# Friday the 13th @ Jordanelle and Deer Creek



## EvilTyeDyeTwin (Aug 9, 2011)

JORDANELLE RESERVOIR

Over the years I have avoided the nelle, mainly for the consumption advisorys that are posted for the SMB's and Brown Trout. Utgolf wanted to see what the fish were up to in that lake, so a bright and early (5:15am) trip was planned. When we got the lake we found 3 spear fisherman that had good things to say about Deer Creek. We parted from the friendly guys and made haste for the water. There was tons of good structure, just no hungery bass......well at least for what we were throwing. 









Tried flies, spinnerbaits, crawdad plastics, senkos...all gave no love. Finally I switched to a 2 inch Yellow Perch swimbait made by Storm. Got several small bass till I lost the swimbait on a snag. I switched to a CD 7 Yellow Perch Rapala and got more bass to hand, no of which were over 13 inches.

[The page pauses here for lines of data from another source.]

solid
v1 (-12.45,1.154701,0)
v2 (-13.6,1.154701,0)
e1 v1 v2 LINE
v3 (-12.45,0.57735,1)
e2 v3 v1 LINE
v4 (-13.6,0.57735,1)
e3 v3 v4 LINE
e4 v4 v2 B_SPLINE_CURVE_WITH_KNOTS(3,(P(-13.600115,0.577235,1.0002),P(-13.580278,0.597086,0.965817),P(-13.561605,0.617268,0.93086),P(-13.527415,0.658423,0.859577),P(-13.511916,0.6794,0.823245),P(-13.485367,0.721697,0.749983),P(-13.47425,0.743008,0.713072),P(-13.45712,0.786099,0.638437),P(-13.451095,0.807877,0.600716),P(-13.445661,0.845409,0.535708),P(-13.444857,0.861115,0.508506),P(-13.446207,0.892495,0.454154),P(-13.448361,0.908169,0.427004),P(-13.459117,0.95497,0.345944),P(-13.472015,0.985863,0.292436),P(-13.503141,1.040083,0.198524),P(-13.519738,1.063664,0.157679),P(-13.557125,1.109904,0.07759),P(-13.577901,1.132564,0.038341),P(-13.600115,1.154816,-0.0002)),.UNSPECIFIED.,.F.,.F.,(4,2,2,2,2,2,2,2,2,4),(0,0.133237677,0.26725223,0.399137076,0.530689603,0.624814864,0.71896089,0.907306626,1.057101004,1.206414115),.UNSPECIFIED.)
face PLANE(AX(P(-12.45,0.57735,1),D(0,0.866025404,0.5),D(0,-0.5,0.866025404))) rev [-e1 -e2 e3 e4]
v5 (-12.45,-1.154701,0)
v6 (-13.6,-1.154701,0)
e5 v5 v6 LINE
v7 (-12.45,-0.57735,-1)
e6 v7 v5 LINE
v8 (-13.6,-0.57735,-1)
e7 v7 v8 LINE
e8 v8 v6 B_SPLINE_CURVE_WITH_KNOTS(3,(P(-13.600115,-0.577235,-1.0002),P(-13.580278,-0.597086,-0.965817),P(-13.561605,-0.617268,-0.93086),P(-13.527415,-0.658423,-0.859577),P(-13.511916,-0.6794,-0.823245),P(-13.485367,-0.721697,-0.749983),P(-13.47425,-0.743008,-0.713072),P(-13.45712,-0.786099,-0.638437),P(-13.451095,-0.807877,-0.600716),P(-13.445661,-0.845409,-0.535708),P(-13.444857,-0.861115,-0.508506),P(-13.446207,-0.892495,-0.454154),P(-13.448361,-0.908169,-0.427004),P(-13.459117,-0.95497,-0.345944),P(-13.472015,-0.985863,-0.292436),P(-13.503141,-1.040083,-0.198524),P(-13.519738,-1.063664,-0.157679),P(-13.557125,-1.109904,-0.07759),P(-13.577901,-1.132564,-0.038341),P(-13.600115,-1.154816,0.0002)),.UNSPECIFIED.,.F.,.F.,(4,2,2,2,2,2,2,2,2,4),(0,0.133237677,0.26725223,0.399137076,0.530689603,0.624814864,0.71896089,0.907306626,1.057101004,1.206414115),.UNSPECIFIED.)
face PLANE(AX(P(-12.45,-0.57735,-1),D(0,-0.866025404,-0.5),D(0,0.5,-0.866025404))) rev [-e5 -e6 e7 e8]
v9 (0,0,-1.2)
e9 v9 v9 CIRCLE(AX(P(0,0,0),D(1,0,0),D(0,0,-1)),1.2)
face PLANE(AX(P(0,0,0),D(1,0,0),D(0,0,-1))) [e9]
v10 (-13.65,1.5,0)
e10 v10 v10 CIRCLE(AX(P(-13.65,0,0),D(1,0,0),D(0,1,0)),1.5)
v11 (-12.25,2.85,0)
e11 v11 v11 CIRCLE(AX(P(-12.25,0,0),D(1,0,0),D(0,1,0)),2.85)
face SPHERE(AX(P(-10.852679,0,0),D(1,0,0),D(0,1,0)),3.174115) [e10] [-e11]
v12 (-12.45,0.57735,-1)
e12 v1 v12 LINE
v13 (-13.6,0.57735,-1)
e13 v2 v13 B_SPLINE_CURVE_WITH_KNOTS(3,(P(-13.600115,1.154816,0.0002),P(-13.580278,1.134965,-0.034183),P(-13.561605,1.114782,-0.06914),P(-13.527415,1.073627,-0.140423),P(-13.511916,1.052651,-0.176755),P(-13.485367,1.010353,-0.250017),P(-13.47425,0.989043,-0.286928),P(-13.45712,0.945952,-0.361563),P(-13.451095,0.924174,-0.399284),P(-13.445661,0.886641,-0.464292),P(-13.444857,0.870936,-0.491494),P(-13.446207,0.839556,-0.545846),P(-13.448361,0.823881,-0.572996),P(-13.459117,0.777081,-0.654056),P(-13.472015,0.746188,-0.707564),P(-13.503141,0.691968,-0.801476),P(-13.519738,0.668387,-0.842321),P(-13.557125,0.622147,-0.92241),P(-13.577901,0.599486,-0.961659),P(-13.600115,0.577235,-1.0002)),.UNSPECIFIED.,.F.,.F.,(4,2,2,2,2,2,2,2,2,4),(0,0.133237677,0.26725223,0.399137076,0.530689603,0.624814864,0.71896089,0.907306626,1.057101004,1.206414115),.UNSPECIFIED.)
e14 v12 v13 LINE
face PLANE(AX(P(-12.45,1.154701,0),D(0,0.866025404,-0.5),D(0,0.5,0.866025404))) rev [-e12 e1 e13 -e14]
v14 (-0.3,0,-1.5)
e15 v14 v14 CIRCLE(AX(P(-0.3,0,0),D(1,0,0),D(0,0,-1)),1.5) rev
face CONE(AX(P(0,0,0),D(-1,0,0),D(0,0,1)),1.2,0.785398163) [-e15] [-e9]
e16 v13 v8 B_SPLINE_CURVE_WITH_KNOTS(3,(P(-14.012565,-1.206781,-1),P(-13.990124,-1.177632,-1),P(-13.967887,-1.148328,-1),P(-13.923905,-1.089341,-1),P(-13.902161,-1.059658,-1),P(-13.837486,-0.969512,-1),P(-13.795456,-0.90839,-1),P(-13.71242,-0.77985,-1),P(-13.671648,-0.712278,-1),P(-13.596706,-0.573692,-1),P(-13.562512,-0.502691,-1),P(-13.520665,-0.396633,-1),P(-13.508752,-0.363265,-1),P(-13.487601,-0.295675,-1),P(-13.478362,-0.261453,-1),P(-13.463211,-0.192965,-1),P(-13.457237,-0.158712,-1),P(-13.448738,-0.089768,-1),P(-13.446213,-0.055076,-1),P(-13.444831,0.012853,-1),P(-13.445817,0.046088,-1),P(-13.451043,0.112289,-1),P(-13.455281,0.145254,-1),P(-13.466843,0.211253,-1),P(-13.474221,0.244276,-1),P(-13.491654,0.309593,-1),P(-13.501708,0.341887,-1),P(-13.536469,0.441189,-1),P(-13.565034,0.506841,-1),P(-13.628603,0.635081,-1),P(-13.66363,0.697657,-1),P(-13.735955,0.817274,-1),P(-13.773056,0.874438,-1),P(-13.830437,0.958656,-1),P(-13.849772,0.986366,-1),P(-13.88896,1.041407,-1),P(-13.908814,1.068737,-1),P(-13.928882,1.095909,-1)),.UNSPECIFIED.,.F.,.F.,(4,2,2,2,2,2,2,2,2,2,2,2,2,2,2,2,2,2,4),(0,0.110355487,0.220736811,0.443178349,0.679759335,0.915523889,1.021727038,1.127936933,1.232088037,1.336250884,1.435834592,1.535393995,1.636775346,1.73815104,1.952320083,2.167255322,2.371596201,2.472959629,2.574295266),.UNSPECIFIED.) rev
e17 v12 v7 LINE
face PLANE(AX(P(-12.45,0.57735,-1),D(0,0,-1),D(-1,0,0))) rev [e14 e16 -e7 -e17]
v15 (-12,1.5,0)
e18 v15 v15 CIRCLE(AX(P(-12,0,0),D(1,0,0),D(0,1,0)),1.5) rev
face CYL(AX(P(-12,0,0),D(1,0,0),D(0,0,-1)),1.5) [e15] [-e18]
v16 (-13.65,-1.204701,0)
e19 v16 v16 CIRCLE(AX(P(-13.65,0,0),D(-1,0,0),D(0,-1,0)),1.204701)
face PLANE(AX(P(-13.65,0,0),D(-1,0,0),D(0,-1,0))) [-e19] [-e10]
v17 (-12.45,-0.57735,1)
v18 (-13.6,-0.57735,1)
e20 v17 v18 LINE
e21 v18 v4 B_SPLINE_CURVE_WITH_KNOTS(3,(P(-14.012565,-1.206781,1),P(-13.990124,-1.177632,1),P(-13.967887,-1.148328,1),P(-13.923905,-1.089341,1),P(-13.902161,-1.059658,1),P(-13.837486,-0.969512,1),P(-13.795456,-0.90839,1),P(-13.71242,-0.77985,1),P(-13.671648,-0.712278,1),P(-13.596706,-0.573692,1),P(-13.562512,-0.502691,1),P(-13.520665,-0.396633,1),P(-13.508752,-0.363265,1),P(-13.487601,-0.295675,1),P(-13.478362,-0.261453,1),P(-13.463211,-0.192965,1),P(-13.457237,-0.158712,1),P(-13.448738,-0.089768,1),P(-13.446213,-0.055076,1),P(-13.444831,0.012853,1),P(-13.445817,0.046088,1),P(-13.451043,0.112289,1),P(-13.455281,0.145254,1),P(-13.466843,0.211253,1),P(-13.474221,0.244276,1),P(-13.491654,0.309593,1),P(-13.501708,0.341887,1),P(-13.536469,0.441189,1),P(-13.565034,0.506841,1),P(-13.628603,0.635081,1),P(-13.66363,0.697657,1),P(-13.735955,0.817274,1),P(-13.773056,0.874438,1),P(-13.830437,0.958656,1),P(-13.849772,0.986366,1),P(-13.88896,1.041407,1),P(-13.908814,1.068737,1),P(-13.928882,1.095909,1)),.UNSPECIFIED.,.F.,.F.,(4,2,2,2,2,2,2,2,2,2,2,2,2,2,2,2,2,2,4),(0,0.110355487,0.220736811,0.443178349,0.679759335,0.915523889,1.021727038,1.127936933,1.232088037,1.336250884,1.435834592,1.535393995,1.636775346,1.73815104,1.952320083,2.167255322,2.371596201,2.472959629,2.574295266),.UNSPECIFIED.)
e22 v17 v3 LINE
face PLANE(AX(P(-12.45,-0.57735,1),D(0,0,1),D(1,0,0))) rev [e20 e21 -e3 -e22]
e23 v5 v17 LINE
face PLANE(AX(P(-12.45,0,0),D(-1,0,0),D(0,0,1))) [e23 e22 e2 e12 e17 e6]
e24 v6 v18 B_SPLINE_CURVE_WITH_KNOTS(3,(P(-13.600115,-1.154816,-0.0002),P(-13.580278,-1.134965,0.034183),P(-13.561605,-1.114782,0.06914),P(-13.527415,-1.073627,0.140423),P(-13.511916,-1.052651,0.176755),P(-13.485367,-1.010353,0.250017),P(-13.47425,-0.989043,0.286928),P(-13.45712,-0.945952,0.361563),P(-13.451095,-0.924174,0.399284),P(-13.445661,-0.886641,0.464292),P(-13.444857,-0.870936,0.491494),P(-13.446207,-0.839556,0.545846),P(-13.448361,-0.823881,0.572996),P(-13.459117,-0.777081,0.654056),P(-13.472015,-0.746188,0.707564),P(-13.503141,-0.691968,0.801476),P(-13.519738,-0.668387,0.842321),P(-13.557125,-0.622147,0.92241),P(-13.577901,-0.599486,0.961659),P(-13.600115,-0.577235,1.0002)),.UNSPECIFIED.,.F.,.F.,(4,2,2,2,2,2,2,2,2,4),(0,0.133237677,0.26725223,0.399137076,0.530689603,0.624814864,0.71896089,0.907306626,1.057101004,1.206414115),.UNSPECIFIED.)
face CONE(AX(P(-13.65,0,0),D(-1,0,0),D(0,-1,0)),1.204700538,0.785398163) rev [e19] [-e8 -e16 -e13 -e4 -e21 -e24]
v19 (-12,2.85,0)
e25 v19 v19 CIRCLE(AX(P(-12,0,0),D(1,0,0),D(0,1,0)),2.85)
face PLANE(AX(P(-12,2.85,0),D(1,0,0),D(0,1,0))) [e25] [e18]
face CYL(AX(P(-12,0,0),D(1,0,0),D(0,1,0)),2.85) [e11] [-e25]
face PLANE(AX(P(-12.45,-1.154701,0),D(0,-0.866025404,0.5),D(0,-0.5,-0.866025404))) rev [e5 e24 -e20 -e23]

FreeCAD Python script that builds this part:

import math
import FreeCAD as App
import Part
import Sketcher
from FreeCAD import Vector
Q = App.Units.Quantity


def edges_at(feature, points):
    """Names of the edges that pass closest to the given points."""
    edges = feature.Shape.Edges
    near = lambda p: min(range(len(edges)), key=lambda i: edges[i].distToShape(Part.Vertex(*p))[0])
    return sorted({f"Edge{near(p) + 1}" for p in points})

doc = App.newDocument("Part")
body = doc.addObject("PartDesign::Body", "Body")

# Sketch on YZ plane
sketch1 = body.newObject("Sketcher::SketchObject", "Sketch")
sketch1.AttachmentSupport = (doc.getObject("YZ_Plane"), [""])
sketch1.MapMode = "FlatFace"
sketch1.addGeometry(Part.Circle(Vector(0, 0, 0), Vector(0, 0, 1), 1.5), False)
sketch1.addConstraint([
    Sketcher.Constraint("Coincident", 0, 3, -1, 1),
    Sketcher.Constraint("Diameter", 0, Q("3 mm")),
])
pad1 = body.newObject("PartDesign::Pad", "Pad")
pad1.Profile = sketch1
pad1.Length = 12
pad1.Reversed = True
doc.recompute()

chamfer = body.newObject("PartDesign::Chamfer", "Chamfer")
chamfer.Base = (pad1, edges_at(pad1, [(0, 0, 1.5)]))
chamfer.Size = 0.3

# Sketch on XY plane
sketch2 = body.newObject("Sketcher::SketchObject", "Sketch001")
sketch2.AttachmentSupport = (doc.getObject("XY_Plane"), [""])
sketch2.MapMode = "FlatFace"
sketch2.addGeometry([
    Part.LineSegment(Vector(-13.65, 1.5, 0), Vector(-13.65, 0, 0)),  # 0
    Part.LineSegment(Vector(-13.65, 0, 0), Vector(-12, 0, 0)),  # 1
    Part.LineSegment(Vector(-12, 0, 0), Vector(-12, 2.85, 0)),  # 2
    Part.LineSegment(Vector(-12, 2.85, 0), Vector(-12.25, 2.85, 0)),  # 3
    Part.ArcOfCircle(Part.Circle(Vector(-10.85, 0, 0), Vector(0, 0, 1), 3.17), math.radians(116), math.radians(152)),  # 4
], False)
sketch2.addConstraint([
    Sketcher.Constraint("Coincident", 0, 2, 1, 1),
    Sketcher.Constraint("Coincident", 1, 2, 2, 1),
    Sketcher.Constraint("Coincident", 2, 2, 3, 1),
    Sketcher.Constraint("Coincident", 3, 2, 4, 1),
    Sketcher.Constraint("Coincident", 4, 2, 0, 1),
    Sketcher.Constraint("Vertical", 0),
    Sketcher.Constraint("Horizontal", 1),
    Sketcher.Constraint("Vertical", 2),
    Sketcher.Constraint("Horizontal", 3),
    Sketcher.Constraint("PointOnObject", 4, 3, -1),
    Sketcher.Constraint("PointOnObject", 0, 2, -1),
    Sketcher.Constraint("DistanceY", 0, 2, 0, 1, Q("1.5 mm")),
    Sketcher.Constraint("DistanceX", 1, 2, -1, 1, Q("12 mm")),
    Sketcher.Constraint("DistanceX", 1, 1, 1, 2, Q("1.65 mm")),
    Sketcher.Constraint("DistanceX", 3, 2, 3, 1, Q("0.25 mm")),
    Sketcher.Constraint("DistanceY", 2, 1, 2, 2, Q("2.85 mm")),
])
revolution = body.newObject("PartDesign::Revolution", "Revolution")
revolution.Profile = sketch2
revolution.ReferenceAxis = (sketch2, ["H_Axis"])
revolution.Angle = 360

# Sketch on YZ plane
sketch3 = body.newObject("Sketcher::SketchObject", "Sketch002")
sketch3.AttachmentSupport = (doc.getObject("YZ_Plane"), [""])
sketch3.MapMode = "FlatFace"
sketch3.AttachmentOffset = App.Placement(Vector(0, 0, -13.65), App.Rotation())
sketch3.addGeometry([
    Part.LineSegment(Vector(1.2, 0, 0), Vector(0.6, -1, 0)),  # 0
    Part.LineSegment(Vector(0.6, -1, 0), Vector(-0.6, -1, 0)),  # 1
    Part.LineSegment(Vector(-0.6, -1, 0), Vector(-1.2, 0, 0)),  # 2
    Part.LineSegment(Vector(-1.2, 0, 0), Vector(-0.6, 1, 0)),  # 3
    Part.LineSegment(Vector(-0.6, 1, 0), Vector(0.6, 1, 0)),  # 4
    Part.LineSegment(Vector(0.6, 1, 0), Vector(1.2, 0, 0)),  # 5
], False)
sketch3.addConstraint([
    Sketcher.Constraint("Coincident", 0, 2, 1, 1),
    Sketcher.Constraint("Coincident", 1, 2, 2, 1),
    Sketcher.Constraint("Coincident", 2, 2, 3, 1),
    Sketcher.Constraint("Coincident", 3, 2, 4, 1),
    Sketcher.Constraint("Coincident", 4, 2, 5, 1),
    Sketcher.Constraint("Coincident", 5, 2, 0, 1),
    Sketcher.Constraint("Horizontal", 1),
    Sketcher.Constraint("Horizontal", 4),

On our way to the inlet we tried everywhere else, with no luck. Just before calling it quits we stopped by the spear fishing trio....apparently they got a few dinks and a 17 incher. They told us they saw lots of small bass and tons of 1-4inch yellow perch hugging the bottom in 14 feet of water. Good to know!

DEER CREEK

Went to DC to see what we could get. I lost a good sized SMB on a large purple fly and just as we were about to leave, Utgolf scored a nice sized (for DC anyway) Largemouth. Of interest notice that his username is printed on his shirt.....when do I get me a shirt like that?


----------



## Ton_Def (Dec 23, 2008)

Not gonna lie! That first pic is cooool! :O||:


----------



## utahgolf (Sep 8, 2007)

that first photo looks like a spooky halloween pic. nice edit job


----------



## DallanC (Jan 13, 2009)

Clearly he needs to wear more shirts... 3 is not enough 


-DallanC


----------



## MuleyCrazy (Jun 6, 2010)

.


----------



## utahgolf (Sep 8, 2007)

you guys lost me on the 3 shirt thing


----------



## EvilTyeDyeTwin (Aug 9, 2011)

utahgolf said:


> you guys lost me on the 3 shirt thing


It would appear that you are wearing 3 shirts in that photo of you...kinda odd that I did not notice that while we were fishing.....do all of them say UtahGolf on them too :rotfl:


----------



## EvilTyeDyeTwin (Aug 9, 2011)

Ton_Def said:


> Not gonna lie! That first pic is cooool! :O||:





utahgolf said:


> that first photo looks like a spooky halloween pic. nice edit job


Thanks guys....and Utgolf..it is the least I could do for taking me out on the canoe of yours again. I had a great time slayin the jumbo perch sized bass. Perhaps there is a different section of the lake that holds some hogs....like the northern section? Either way that lake is too big to not have any sizable bass.....just ask the spear gunners up there...they see em all the time apparently.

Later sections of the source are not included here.